2DECOMP Logo Library for 2D pencil decomposition and distributed Fast Fourier Transform

Shared-memory Programming using System V IPC

Most modern supercomputers are equipped with multi-core processors and cores on same node often share local memory. There are various programming models which can take advantage of this architecture, including the popular hybrid MPI/OpenMP model. In the context of this project, shared-memory programming is used to improve the efficiency of the communication code.

For ALLTOALL type of communication in which each MPI rank has to send/receive messages to/from all other MPI ranks, traffics from cores on the same physical node compete for their network interface. Even if the network bandwidth is sufficient, the performance is likely to be affected by network latency when too many small messages are passed within the system. One solution is to create shared send/recv buffers on each SMP node. Then only leaders of the nodes participate MPI_ALLTOALL(V), resulting in fewer but larger messages, hopefully improving the communication performance. The interconnects of supercomputers are often optimised for handling small amount of large messages.

This feature has been implemented within the communication library as a black box. It can be activated by users at compile time by using '-DSHM' flag. The shared-memory code uses the System V Inter-Process Communication (IPC) API which is widely supported on many variants of UNIX.

2DECOMP&FFT has two independent shared-memory implementations (they validate each other):

Fig. 1 below demonstrates the typical benefit of shared-memory programming. The data was collected on HECToR phase 2a system (Cray XT4 with quad-core AMD Opteron processors) from a series of simulations using 256 MPI ranks over a range of problem sizes. When the problem size is small (so is the message size), the communication routines were called more times so that the total amount of data moving within the system remains a constant. It can be seen that when the problem size is smaller, the overhead of setting up communications is much higher and the shared-memory code can improve communication efficiency by up to 30%. As the problem size increases, the benefit of using shared-memory code becomes smaller. In fact for large message size (> 32Kb in this example), the shared-memory code is actually slower due to the extra memory copying operations required to assemble/disassemble the shared-memory buffers.

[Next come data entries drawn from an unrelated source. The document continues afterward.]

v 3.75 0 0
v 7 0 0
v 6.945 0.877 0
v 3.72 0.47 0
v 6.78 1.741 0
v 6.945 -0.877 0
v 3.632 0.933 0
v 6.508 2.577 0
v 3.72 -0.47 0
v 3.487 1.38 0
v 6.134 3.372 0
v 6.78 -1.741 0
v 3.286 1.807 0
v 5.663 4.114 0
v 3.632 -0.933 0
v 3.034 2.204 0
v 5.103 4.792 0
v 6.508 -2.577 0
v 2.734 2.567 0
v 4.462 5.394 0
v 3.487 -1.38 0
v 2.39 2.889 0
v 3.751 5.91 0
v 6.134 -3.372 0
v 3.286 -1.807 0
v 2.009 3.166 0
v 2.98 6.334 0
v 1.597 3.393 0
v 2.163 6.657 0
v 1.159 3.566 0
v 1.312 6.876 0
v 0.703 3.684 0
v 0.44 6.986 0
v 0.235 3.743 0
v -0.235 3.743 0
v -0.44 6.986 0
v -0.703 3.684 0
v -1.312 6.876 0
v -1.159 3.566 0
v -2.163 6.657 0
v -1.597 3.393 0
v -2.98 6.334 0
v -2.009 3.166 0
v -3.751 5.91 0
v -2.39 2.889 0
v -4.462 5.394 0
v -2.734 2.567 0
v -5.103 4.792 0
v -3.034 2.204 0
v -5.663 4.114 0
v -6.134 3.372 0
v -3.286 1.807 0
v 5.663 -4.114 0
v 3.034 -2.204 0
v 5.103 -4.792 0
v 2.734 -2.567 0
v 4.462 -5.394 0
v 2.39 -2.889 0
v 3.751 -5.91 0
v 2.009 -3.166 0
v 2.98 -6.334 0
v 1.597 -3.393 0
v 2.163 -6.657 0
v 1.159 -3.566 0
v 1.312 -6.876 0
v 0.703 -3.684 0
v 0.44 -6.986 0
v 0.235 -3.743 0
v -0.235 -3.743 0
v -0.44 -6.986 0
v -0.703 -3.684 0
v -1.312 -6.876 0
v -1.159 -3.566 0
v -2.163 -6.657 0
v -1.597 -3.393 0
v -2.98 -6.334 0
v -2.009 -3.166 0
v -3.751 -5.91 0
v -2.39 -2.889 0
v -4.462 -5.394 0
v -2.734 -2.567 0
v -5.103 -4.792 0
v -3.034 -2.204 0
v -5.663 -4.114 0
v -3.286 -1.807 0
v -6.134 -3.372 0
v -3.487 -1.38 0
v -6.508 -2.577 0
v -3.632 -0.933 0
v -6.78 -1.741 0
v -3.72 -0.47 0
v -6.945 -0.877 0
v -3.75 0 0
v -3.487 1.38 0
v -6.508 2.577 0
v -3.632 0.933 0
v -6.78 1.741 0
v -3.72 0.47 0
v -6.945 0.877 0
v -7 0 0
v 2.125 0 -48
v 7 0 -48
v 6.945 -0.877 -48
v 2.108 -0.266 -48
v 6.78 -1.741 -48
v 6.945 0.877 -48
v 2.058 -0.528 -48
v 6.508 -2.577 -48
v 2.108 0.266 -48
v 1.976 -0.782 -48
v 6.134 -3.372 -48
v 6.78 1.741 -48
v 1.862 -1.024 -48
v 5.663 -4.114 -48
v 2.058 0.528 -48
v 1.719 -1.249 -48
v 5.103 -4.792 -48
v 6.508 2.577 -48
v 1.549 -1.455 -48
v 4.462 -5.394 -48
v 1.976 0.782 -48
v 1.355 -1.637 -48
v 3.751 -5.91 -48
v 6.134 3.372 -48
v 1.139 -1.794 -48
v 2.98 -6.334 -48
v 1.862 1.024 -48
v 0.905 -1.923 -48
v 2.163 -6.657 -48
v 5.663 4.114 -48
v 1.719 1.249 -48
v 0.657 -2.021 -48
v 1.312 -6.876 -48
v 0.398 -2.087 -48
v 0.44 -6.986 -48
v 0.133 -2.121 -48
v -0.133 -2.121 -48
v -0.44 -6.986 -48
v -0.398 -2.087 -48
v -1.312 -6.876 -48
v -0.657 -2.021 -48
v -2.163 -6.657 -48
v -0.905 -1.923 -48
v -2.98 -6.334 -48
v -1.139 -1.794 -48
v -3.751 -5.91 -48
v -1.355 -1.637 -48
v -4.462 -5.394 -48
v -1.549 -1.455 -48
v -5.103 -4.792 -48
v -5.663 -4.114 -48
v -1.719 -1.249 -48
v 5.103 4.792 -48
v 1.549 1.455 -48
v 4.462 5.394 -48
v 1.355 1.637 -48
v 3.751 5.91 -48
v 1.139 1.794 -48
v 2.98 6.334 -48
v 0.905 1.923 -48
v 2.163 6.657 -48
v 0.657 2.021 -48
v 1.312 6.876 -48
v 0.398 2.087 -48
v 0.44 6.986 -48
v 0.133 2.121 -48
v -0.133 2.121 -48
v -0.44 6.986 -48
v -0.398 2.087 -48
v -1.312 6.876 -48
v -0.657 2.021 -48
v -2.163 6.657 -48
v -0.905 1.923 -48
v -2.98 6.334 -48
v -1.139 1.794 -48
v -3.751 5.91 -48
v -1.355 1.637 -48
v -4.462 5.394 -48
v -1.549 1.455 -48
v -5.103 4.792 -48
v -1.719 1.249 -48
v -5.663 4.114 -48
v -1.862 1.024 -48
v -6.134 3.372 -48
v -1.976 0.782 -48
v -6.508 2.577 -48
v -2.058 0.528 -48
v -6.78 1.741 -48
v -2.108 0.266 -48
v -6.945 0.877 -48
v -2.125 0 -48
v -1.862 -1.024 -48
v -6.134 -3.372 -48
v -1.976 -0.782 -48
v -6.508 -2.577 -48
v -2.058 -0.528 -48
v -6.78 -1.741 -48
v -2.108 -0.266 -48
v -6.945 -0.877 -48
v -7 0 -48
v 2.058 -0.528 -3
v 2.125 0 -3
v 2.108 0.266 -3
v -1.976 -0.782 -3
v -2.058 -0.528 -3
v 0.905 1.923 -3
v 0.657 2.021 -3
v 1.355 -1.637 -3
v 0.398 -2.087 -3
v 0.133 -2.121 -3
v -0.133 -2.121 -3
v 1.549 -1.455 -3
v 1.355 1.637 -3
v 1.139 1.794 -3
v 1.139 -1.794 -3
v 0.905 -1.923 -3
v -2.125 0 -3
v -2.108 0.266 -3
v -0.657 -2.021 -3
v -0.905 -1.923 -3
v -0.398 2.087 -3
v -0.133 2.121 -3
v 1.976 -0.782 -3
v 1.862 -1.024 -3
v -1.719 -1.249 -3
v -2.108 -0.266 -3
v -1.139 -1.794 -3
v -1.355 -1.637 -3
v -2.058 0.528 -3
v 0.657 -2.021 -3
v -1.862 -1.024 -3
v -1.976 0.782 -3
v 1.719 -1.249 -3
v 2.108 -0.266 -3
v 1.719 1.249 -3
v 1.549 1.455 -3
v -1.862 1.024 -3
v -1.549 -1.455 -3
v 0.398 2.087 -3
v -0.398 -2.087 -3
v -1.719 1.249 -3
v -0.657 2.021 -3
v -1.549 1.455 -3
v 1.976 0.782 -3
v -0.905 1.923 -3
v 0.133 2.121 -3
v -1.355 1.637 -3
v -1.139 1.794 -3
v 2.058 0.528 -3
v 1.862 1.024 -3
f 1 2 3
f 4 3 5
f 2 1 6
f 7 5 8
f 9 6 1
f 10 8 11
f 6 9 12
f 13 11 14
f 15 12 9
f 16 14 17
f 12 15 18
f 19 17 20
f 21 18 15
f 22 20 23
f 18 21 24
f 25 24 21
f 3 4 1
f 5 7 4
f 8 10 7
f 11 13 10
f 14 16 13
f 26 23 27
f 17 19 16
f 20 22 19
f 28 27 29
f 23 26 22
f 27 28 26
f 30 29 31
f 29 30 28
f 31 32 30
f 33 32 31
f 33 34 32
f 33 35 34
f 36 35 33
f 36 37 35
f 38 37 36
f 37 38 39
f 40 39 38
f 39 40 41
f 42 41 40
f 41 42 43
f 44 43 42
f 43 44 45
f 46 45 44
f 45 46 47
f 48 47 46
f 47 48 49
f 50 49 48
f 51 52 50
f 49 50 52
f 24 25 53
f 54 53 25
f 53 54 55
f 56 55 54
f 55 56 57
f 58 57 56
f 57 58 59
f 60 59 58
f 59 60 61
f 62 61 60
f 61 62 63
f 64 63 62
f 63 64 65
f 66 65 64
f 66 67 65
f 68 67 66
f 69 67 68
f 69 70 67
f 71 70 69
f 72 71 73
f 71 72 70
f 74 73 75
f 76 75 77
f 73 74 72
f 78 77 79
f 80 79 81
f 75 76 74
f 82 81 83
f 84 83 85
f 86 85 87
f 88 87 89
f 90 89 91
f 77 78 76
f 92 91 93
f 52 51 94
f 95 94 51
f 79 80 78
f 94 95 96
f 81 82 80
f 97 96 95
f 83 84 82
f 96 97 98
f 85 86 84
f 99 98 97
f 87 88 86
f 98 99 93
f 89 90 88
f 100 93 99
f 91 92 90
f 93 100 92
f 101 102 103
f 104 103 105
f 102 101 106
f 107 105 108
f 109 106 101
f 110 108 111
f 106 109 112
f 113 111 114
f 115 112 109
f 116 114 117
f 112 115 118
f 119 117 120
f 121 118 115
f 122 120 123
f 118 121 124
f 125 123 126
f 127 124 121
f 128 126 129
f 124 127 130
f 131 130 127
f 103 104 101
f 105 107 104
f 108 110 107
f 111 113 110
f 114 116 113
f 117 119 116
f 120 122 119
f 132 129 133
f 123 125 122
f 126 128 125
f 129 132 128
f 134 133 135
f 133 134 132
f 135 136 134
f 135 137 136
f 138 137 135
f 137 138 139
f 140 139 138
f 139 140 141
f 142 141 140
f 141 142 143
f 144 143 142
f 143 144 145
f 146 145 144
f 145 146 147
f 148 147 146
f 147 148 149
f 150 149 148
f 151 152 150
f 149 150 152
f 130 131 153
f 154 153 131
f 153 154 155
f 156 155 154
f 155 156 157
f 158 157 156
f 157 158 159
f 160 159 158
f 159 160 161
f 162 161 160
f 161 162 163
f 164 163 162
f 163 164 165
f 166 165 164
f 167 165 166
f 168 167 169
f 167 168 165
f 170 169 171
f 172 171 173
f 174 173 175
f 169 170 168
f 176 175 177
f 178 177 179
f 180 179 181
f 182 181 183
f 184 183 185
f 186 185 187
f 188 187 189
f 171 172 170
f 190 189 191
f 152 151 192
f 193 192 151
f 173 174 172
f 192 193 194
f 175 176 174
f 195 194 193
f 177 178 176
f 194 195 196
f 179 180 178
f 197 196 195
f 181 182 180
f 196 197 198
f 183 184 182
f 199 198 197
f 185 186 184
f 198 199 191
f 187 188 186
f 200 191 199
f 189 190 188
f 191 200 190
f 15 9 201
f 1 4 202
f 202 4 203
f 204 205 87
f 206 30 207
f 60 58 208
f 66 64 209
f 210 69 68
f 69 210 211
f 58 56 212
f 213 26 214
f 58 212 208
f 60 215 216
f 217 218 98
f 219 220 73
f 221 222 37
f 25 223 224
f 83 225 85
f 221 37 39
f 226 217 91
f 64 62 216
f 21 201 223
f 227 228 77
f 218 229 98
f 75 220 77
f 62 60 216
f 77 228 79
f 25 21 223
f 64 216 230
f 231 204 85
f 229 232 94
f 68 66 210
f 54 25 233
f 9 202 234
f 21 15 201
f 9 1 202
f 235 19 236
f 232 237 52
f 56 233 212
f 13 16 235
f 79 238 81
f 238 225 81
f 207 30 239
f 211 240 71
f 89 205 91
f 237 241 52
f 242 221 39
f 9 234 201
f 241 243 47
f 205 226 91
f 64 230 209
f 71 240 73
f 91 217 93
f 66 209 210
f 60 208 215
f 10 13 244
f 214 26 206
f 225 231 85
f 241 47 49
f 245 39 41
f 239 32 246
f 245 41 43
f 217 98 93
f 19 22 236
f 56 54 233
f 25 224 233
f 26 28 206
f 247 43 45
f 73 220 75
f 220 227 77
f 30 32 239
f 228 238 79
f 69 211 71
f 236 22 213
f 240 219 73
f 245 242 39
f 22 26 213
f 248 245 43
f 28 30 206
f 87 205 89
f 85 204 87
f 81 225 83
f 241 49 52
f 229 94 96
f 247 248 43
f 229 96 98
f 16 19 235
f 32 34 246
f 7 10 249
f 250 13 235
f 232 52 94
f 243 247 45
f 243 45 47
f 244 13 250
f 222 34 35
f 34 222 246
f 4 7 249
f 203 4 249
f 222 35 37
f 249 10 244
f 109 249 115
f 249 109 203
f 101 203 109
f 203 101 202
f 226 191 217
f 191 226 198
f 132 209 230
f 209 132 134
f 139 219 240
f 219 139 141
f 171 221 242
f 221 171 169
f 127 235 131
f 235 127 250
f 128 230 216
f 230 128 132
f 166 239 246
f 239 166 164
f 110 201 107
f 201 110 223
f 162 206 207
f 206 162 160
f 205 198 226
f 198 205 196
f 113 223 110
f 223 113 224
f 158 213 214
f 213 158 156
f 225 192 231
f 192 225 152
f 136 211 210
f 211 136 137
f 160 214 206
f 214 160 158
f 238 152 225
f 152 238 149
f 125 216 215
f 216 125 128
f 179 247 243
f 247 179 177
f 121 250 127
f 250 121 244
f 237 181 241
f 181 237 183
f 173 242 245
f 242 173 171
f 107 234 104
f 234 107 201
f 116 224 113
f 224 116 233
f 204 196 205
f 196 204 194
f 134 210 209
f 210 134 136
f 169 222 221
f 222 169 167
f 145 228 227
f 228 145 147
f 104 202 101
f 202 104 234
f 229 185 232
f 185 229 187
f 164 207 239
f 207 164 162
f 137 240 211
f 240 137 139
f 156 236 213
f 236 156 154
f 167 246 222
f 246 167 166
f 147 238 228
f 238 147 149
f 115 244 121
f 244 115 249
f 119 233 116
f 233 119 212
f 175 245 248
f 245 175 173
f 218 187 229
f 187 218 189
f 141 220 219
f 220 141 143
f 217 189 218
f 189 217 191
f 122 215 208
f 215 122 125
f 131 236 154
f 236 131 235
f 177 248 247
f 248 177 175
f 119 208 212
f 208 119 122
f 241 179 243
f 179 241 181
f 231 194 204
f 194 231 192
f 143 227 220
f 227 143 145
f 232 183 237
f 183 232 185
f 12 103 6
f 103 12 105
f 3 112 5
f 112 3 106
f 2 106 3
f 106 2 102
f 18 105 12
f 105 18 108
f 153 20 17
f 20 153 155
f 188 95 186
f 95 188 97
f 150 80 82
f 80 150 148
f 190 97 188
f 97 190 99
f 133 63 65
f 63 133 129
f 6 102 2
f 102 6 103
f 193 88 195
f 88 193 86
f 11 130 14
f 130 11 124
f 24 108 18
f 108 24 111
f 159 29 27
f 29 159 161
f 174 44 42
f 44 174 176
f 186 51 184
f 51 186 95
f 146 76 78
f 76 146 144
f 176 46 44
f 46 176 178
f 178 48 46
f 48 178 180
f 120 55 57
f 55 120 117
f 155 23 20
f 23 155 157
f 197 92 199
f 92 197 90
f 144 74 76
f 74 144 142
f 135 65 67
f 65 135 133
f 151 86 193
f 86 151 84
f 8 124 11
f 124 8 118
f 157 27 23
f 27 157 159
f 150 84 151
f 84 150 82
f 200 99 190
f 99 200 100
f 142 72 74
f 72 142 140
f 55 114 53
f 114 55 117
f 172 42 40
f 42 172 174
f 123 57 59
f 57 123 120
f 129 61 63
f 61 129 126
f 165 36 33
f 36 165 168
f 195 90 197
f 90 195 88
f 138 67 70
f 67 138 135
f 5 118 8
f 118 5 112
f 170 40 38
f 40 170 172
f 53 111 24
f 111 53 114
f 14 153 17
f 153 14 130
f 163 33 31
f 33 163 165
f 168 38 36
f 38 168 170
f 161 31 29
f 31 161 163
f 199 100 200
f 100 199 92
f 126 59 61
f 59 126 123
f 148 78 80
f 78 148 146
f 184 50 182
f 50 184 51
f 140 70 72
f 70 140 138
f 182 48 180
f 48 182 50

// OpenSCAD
$fn = 50;


difference() {
	union() {
		translate(v = [0, 0, -48.0000000000]) {
			cylinder(h = 48, r = 7.0000000000);
		}
	}
	union() {
		translate(v = [0, 0, 0]) {
			rotate(a = [0, 0, 0]) {
				difference() {
					union() {
						#translate(v = [0, 0, -48.0000000000]) {
							cylinder(h = 48, r = 2.0000000000);
						}
						#translate(v = [0, 0, -3]) {
							cylinder(h = 3, r = 7.0000000000, r1 = 2.1250000000, r2 = 3.7500000000);
						}
						#translate(v = [0, 0, -48.0000000000]) {
							cylinder(h = 48, r = 2.1250000000);
						}
						#translate(v = [0, 0, -48.0000000000]) {
							cylinder(h = 48, r = 2.0000000000);
						}
					}
					union();
				}
			}
		}
	}
}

Figure 1: Typical shared-memory code performance.

The HECToR upgrade to phase 2b (world's first production Cray XE6) presented a unique opportunity to show the benefit shared-memory programming in real applications. The 24-core nodes were introduced to HECToR several months before the arrival of new Gemini interconnect. During the transitional period, communication intensive applications could easily produce more network traffic than the old SeaStar interconnect could handle. Fig.2 shows the benchmark of 2DECOMP&FFT's FFT interface with a 2592^3 problem size2. With the slow SeaStar interconnect, the scaling is very poor when using more than several thousands of cores. However, switching on the shared-memory code significantly improved the code performance (sometimes by more than 40%) and a parallel efficiency of more than 90% was observed through out the scale. The new Gemini interconnect offers significant improvement in terms of both network bandwidth and latency. As a result, significant performance gain is to be expected for communication intensive code. The FFT benchmark is almost twice as fast in some cases. However, the shared-memory code on Gemini (not shown in the figure) offers absolutely no benefit when the network is fast enough to handle all the messages efficiently.


Figure 2: Parallel FFT performance: SeaStar (with and without shared-memory) vs. Gemini.

Footnotes

1. On Cray XT/XE systems, this is done by checking the /proc file system of the computing nodes.

2. The problem size of 2592 was chosen intentionally because it is divisible by 6 multiple times, which helps to achieve better load balance on the system using 24-core node (containing two Magny-Cours processors, each with two six-core dies).